ACTIVITY: Each line below from the one containing "#116=EDGE_CURVE('',#98,#111,#115,.T.);" through the one containing "#123=ADVANCED_FACE('',(#119),#122,.F.);" is to be given again exactly, and no line outside that span.

(Stored data entries)

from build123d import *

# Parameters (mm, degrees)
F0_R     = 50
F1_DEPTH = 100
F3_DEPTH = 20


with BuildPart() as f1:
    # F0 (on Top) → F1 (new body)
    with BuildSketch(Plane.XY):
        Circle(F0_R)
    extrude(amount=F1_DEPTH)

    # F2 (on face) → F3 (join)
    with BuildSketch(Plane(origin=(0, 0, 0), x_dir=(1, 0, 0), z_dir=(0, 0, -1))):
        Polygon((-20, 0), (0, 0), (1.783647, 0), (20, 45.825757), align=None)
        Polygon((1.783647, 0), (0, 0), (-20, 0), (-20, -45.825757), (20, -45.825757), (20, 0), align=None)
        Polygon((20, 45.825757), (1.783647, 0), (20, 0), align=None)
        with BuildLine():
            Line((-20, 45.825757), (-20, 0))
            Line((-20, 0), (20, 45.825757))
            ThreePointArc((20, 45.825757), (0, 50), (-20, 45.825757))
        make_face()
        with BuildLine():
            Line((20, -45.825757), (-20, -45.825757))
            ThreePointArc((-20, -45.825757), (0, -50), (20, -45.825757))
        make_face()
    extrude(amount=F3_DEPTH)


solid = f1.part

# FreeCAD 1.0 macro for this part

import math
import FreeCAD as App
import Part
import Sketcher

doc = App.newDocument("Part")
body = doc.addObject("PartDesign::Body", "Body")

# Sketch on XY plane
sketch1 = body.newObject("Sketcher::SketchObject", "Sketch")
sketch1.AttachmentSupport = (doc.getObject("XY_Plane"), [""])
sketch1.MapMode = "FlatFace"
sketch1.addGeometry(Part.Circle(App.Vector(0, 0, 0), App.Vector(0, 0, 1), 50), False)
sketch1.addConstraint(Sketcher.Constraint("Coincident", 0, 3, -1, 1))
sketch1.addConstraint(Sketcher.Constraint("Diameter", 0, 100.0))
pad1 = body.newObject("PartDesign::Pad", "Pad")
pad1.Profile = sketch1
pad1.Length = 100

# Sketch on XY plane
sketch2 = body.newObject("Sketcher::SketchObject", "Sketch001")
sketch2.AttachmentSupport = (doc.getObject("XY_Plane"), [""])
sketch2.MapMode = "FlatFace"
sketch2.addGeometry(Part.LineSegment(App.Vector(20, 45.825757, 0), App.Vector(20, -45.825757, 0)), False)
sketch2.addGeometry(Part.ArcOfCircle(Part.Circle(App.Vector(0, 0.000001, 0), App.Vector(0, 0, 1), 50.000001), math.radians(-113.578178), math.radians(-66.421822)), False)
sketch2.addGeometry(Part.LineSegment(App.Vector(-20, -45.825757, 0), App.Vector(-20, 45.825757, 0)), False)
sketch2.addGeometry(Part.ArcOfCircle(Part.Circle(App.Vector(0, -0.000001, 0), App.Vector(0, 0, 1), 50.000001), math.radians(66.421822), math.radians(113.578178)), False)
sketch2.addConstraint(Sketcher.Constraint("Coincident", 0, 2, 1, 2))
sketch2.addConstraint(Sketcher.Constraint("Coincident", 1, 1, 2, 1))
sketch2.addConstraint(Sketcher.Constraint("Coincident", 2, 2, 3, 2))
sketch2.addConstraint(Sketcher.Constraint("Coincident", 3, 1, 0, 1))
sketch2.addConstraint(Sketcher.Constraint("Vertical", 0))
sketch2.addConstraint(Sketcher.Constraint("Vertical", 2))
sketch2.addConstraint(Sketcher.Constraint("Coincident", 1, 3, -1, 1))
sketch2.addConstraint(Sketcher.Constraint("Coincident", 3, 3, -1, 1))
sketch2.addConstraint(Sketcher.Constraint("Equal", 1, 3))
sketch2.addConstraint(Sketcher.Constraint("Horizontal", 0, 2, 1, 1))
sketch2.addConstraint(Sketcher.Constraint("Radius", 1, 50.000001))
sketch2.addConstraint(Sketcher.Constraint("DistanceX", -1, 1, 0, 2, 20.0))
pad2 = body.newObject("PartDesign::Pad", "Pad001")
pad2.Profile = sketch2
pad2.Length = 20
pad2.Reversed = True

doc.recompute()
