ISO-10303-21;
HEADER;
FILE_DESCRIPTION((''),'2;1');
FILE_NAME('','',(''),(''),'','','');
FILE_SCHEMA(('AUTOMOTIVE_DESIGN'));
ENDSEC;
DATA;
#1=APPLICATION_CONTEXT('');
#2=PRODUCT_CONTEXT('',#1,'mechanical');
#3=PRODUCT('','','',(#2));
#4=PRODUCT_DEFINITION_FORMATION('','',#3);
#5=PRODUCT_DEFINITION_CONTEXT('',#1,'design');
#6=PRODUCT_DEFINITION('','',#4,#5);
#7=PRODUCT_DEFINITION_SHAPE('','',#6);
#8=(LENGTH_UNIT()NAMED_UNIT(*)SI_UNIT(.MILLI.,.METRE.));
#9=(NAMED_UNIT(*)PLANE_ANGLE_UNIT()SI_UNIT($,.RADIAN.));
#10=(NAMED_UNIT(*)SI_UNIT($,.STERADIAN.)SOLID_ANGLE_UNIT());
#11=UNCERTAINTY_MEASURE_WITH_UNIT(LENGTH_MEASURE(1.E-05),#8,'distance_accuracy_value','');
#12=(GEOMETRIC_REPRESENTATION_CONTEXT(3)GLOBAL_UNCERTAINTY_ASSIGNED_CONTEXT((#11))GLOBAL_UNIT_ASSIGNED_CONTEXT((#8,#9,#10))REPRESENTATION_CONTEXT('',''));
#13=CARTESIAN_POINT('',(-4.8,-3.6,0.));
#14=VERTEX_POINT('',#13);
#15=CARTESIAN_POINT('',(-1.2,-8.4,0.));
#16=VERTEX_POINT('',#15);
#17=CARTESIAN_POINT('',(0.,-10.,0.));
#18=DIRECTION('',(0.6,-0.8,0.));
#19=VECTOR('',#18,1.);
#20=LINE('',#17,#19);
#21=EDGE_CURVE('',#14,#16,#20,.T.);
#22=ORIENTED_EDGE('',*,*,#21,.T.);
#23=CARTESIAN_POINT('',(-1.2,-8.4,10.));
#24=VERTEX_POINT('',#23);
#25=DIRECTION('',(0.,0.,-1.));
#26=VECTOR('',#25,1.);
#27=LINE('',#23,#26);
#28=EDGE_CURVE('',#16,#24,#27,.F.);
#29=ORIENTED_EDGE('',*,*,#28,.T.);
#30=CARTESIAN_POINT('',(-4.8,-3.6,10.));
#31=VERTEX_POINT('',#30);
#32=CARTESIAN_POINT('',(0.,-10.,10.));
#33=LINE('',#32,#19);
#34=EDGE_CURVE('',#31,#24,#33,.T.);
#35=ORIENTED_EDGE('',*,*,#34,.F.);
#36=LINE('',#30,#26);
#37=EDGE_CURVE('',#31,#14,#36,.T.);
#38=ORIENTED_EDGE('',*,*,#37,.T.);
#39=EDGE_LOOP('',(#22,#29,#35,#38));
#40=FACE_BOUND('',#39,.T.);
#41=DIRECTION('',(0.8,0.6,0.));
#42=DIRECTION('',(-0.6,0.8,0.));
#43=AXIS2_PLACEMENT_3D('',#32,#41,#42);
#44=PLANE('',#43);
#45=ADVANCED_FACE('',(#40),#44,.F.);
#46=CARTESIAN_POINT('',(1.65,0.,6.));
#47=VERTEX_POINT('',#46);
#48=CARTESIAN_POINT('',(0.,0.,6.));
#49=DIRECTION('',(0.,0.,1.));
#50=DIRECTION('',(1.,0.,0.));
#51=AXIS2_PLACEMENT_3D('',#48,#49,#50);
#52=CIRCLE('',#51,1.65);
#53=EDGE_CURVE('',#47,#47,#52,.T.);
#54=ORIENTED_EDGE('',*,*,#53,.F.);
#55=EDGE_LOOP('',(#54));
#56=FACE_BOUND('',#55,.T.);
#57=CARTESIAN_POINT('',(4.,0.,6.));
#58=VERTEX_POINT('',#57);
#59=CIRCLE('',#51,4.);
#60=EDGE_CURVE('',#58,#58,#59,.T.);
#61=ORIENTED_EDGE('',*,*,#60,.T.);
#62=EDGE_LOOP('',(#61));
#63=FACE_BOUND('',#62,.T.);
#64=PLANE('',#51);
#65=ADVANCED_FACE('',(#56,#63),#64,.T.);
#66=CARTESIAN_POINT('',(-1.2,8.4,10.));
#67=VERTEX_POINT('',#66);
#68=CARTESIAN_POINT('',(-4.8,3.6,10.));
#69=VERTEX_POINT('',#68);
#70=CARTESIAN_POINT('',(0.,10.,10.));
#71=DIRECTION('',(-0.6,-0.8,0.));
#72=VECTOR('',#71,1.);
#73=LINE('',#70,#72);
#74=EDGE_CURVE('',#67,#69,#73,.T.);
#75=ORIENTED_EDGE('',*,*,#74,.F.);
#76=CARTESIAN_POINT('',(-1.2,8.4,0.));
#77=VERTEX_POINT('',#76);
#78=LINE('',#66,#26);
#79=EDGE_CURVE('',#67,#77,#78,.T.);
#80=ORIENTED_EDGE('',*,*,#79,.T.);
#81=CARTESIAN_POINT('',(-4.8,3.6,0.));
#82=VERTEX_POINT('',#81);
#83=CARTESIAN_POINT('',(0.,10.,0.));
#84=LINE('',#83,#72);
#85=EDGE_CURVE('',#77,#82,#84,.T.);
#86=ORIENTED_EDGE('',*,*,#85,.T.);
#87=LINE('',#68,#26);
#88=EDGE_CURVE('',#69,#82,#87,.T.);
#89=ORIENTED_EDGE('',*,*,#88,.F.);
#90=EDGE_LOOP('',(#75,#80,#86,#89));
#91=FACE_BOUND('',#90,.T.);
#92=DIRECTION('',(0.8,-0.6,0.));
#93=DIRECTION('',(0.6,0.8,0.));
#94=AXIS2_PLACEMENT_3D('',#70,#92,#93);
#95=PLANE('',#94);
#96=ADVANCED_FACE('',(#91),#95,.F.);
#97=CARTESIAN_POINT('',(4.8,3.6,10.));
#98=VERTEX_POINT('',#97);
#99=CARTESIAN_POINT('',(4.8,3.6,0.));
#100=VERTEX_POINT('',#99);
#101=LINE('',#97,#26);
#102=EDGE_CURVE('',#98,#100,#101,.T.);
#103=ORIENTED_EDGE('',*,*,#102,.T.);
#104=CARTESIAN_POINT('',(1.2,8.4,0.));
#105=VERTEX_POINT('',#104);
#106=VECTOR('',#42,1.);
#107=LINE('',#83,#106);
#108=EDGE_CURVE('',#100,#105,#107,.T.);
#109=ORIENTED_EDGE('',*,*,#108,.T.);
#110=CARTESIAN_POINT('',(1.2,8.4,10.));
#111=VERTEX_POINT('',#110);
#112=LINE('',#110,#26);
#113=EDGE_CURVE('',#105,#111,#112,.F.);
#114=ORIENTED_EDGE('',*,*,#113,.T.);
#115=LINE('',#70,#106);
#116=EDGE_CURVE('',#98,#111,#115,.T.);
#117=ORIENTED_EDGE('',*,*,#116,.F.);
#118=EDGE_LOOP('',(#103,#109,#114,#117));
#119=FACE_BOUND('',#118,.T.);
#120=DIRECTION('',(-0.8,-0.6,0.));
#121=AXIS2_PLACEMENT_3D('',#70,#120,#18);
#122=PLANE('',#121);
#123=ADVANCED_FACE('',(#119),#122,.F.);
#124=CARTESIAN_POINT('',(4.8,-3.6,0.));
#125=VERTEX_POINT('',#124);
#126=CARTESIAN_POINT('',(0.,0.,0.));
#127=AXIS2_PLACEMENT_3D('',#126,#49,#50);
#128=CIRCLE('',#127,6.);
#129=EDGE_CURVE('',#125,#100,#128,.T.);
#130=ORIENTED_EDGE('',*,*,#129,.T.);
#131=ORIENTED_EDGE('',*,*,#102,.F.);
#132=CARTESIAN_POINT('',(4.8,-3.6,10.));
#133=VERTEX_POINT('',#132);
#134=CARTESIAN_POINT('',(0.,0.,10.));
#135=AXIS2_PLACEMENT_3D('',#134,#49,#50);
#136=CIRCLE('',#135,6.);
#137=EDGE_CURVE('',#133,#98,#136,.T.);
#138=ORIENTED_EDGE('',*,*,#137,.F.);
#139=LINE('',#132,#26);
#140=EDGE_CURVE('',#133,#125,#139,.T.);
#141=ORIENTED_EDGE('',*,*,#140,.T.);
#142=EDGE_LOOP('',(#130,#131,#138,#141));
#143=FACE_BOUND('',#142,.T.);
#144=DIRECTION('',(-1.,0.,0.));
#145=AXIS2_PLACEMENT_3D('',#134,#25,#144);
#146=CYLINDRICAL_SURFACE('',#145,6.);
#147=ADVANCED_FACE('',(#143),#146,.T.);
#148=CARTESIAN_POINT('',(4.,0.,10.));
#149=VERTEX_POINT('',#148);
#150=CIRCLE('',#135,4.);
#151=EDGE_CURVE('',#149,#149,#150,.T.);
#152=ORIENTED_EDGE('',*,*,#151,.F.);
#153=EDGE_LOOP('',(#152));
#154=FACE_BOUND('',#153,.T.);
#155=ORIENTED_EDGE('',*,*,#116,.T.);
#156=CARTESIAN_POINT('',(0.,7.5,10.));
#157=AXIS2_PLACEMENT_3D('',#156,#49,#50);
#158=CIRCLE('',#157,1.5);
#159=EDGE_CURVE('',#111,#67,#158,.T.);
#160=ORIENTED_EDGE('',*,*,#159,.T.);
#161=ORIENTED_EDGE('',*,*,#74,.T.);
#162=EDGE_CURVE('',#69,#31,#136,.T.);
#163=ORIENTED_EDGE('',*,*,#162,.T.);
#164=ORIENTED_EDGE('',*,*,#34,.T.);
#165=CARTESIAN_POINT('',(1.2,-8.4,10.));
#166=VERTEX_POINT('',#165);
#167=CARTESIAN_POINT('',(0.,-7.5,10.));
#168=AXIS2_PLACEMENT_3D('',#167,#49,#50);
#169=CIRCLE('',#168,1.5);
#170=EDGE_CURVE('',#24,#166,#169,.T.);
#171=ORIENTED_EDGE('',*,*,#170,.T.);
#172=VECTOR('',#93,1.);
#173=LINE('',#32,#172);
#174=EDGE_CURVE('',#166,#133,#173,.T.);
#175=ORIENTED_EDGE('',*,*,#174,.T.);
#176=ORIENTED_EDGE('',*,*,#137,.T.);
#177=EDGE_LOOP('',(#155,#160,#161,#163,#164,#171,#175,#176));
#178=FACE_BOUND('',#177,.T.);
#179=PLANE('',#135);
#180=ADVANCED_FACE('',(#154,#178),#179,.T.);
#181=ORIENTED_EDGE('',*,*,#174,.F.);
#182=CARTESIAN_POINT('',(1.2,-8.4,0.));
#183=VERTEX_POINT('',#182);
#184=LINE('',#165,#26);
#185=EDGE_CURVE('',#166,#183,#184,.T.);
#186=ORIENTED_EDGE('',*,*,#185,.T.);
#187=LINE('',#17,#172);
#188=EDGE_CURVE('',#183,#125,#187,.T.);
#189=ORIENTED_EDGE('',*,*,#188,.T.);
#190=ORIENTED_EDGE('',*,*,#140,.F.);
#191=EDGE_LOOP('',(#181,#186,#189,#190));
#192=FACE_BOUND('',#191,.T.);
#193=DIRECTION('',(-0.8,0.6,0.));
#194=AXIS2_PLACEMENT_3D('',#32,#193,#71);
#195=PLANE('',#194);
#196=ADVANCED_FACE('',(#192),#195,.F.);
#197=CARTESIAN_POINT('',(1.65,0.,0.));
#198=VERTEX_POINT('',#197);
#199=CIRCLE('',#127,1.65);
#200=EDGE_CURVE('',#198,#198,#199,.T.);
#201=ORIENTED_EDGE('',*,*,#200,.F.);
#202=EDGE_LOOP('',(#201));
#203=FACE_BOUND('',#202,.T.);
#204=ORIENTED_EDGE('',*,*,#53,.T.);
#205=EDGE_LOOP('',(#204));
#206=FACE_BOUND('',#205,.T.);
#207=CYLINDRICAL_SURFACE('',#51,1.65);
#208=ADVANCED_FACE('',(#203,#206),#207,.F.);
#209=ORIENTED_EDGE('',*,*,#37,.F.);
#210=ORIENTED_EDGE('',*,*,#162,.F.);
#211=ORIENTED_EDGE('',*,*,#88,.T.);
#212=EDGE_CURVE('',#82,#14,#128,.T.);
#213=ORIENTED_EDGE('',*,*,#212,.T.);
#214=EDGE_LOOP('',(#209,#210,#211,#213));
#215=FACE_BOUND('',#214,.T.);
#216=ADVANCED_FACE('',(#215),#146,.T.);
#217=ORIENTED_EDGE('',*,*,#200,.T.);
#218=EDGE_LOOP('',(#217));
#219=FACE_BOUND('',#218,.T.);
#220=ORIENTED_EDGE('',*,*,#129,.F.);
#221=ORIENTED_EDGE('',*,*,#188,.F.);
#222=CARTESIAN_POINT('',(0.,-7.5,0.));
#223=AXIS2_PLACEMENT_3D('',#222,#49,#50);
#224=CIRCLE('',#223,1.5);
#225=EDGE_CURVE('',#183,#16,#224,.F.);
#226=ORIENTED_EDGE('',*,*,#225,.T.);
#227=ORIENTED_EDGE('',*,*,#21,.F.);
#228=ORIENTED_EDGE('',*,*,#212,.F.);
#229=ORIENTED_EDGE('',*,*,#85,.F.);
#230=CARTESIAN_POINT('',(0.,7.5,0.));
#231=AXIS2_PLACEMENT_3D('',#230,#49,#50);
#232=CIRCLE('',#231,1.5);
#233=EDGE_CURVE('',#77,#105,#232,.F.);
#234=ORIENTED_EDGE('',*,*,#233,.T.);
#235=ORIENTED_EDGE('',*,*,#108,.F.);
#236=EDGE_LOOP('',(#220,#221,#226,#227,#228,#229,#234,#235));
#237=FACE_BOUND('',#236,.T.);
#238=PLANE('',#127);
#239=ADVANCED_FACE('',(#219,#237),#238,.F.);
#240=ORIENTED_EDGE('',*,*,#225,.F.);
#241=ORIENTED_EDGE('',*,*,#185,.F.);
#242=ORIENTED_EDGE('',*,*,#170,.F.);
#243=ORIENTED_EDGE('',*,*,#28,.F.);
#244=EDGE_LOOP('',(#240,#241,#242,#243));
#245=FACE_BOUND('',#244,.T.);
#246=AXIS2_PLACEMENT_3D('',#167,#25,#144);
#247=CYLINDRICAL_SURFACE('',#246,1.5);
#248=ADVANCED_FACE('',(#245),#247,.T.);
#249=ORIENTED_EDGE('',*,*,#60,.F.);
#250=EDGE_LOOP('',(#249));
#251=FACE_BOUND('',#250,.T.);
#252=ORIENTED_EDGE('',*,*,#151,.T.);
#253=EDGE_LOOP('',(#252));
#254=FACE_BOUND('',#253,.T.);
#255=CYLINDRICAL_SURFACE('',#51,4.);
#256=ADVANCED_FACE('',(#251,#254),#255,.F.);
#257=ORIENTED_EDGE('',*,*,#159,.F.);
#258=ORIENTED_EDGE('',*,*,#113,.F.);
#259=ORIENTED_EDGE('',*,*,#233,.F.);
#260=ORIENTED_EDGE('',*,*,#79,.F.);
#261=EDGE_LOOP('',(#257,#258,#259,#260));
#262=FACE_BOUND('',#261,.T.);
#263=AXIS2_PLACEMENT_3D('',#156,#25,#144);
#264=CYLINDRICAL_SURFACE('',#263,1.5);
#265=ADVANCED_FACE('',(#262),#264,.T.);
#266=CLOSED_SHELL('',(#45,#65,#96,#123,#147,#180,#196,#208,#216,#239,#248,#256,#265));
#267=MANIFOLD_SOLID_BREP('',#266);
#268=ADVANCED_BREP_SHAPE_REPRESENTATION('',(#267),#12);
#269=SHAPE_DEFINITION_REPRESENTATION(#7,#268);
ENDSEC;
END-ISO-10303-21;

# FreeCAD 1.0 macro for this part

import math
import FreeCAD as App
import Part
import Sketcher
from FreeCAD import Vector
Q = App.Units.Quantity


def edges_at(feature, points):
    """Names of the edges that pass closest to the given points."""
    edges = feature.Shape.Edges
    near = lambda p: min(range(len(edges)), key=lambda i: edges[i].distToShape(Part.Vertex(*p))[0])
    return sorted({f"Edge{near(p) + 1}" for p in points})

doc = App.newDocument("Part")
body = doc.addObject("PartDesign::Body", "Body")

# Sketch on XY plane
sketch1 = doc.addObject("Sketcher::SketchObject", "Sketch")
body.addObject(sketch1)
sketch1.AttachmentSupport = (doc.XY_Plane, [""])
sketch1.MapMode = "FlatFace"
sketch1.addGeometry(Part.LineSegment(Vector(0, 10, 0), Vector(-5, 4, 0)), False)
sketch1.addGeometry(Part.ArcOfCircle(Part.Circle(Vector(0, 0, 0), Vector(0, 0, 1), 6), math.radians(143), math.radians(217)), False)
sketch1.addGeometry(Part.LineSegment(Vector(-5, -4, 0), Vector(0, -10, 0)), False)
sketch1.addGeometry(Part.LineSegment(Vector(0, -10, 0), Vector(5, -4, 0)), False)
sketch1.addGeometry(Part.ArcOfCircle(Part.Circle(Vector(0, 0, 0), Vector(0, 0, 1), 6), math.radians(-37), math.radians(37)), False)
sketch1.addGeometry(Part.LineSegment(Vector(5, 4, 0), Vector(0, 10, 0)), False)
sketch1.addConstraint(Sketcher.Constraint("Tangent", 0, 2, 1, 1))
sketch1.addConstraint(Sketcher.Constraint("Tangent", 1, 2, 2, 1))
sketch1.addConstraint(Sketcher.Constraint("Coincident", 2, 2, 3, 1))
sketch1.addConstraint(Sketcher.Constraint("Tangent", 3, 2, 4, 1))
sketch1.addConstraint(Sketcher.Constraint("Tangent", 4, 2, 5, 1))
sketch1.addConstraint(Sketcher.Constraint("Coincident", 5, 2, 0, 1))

WRITTEN SOLUTION:
#116=EDGE_CURVE('',#98,#111,#115,.T.);
#117=ORIENTED_EDGE('',*,*,#116,.F.);
#118=EDGE_LOOP('',(#103,#109,#114,#117));
#119=FACE_BOUND('',#118,.T.);
#120=DIRECTION('',(-0.8,-0.6,0.));
#121=AXIS2_PLACEMENT_3D('',#70,#120,#18);
#122=PLANE('',#121);
#123=ADVANCED_FACE('',(#119),#122,.F.);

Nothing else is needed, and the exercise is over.